Show each line of the entries below in which the word "SUBTRACT" appears.

DATA PROVIDED:
=== Begin Enclosure ===
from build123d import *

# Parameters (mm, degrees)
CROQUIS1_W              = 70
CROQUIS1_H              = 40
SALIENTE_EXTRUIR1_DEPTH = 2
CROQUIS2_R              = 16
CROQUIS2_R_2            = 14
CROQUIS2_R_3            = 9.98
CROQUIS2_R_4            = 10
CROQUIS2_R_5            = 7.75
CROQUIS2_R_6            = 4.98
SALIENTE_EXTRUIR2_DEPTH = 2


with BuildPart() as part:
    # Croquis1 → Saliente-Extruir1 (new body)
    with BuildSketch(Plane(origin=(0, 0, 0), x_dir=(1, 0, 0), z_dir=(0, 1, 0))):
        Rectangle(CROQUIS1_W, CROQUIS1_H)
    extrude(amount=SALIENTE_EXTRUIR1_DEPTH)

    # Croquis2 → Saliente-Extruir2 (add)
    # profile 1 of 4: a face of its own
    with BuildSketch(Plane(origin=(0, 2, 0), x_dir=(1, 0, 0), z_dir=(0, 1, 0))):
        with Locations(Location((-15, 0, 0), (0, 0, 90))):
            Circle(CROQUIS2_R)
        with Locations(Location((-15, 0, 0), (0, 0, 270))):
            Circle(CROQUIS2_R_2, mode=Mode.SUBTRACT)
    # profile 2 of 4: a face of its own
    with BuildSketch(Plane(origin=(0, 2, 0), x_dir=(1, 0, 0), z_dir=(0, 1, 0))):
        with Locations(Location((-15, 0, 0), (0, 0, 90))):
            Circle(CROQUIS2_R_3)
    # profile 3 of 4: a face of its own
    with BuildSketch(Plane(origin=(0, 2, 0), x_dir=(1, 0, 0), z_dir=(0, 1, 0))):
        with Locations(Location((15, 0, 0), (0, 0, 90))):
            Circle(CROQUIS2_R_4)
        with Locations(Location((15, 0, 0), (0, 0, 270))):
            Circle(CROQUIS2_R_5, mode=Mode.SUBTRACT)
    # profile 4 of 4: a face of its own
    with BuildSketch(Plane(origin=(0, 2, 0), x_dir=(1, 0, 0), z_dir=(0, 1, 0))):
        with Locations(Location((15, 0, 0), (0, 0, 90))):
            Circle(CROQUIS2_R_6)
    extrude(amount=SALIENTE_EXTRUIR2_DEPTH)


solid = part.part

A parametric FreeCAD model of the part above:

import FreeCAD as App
import Part
import Sketcher
from FreeCAD import Vector


def add_polygon(sketch, points):
    """Adds a closed chain of lines whose ends are joined by coincident constraints."""
    first, n = sketch.GeometryCount, len(points)
    for a, b in zip(points, points[1:] + points[:1]):
        sketch.addGeometry(Part.LineSegment(App.Vector(*a, 0), App.Vector(*b, 0)), False)
    for i in range(n):
        sketch.addConstraint(Sketcher.Constraint("Coincident", first + i, 2, first + (i + 1) % n, 1))

doc = App.newDocument("Part")
params = doc.addObject("Spreadsheet::Sheet", "Params")
for row, (alias, value) in enumerate([
    ("sketch1_width", "70 mm"),
    ("sketch1_height", "40 mm"),
    ("pad1_length", "2 mm"),
    ("sketch2_diameter", "32 mm"),
    ("sketch2_diameter2", "28 mm"),
    ("sketch2_diameter3", "20 mm"),
    ("sketch2_diameter4", "15.5 mm"),
    ("sketch2_diameter5", "19.96 mm"),
    ("pad2_length", "2 mm"),
], start=1):
    params.set(f"A{row}", alias)
    params.set(f"B{row}", "=" + value)
    params.setAlias(f"B{row}", alias)

body = doc.addObject("PartDesign::Body", "Body")

sketch1 = body.newObject("Sketcher::SketchObject", "Sketch")
sketch1.AttachmentSupport = (doc.getObject("XZ_Plane"), [""])
sketch1.MapMode = "FlatFace"
add_polygon(sketch1, [(-35, -20), (-35, 20), (35, 20), (35, -20)])
sketch1.addConstraint([
    Sketcher.Constraint("Vertical", 0),
    Sketcher.Constraint("Horizontal", 1),
    Sketcher.Constraint("Vertical", 2),
    Sketcher.Constraint("Horizontal", 3),
    Sketcher.Constraint("Symmetric", 0, 2, 2, 2, -1, 1),
    Sketcher.Constraint("DistanceX", 1, 1, 1, 2, 70.0),
    Sketcher.Constraint("DistanceY", 0, 1, 0, 2, 40.0),
])
sketch1.setExpression("Constraints[9]", "Params.sketch1_width")
sketch1.setExpression("Constraints[10]", "Params.sketch1_height")
pad1 = body.newObject("PartDesign::Pad", "Pad")
pad1.Profile = sketch1
pad1.setExpression("Length", "Params.pad1_length")
pad1.Reversed = True

sketch2 = body.newObject("Sketcher::SketchObject", "Sketch001")
sketch2.AttachmentSupport = (doc.getObject("XZ_Plane"), [""])
sketch2.MapMode = "FlatFace"
sketch2.AttachmentOffset = App.Placement(Vector(0, 0, -2), App.Rotation())
sketch2.addGeometry([
    Part.Circle(Vector(-15, 0, 0), Vector(0, 0, 1), 16),
    Part.Circle(Vector(-15, 0, 0), Vector(0, 0, 1), 14),
    Part.Circle(Vector(-15, 0, 0), Vector(0, 0, 1), 10),
    Part.Circle(Vector(15, 0, 0), Vector(0, 0, 1), 10),
    Part.Circle(Vector(15, 0, 0), Vector(0, 0, 1), 7.8),
    Part.Circle(Vector(15, 0, 0), Vector(0, 0, 1), 5),
], False)
sketch2.addConstraint([
    Sketcher.Constraint("Coincident", 1, 3, 0, 3),
    Sketcher.Constraint("Coincident", 2, 3, 0, 3),
    Sketcher.Constraint("Coincident", 4, 3, 3, 3),
    Sketcher.Constraint("Coincident", 5, 3, 3, 3),
    Sketcher.Constraint("Symmetric", 0, 3, 3, 3, -1, 1),
    Sketcher.Constraint("PointOnObject", 0, 3, -1),
    Sketcher.Constraint("Diameter", 0, 32.0),
    Sketcher.Constraint("Diameter", 1, 28.0),
    Sketcher.Constraint("Diameter", 3, 20.0),
    Sketcher.Constraint("Diameter", 4, 15.5),
    Sketcher.Constraint("Diameter", 2, 19.96),
    Sketcher.Constraint("Diameter", 5, 9.96),
    Sketcher.Constraint("DistanceX", 0, 3, -1, 1, 15.0),
])
sketch2.setExpression("Constraints[6]", "Params.sketch2_diameter")
sketch2.setExpression("Constraints[7]", "Params.sketch2_diameter2")
sketch2.setExpression("Constraints[8]", "Params.sketch2_diameter3")
sketch2.setExpression("Constraints[9]", "Params.sketch2_diameter4")
sketch2.setExpression("Constraints[10]", "Params.sketch2_diameter5")
pad2 = body.newObject("PartDesign::Pad", "Pad001")
pad2.Profile = sketch2
pad2.setExpression("Length", "Params.pad2_length")
pad2.Reversed = True

doc.recompute()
=== End Enclosure ===
ANSWER TO THIS PROBLEM:
            Circle(CROQUIS2_R_2, mode=Mode.SUBTRACT)
            Circle(CROQUIS2_R_5, mode=Mode.SUBTRACT)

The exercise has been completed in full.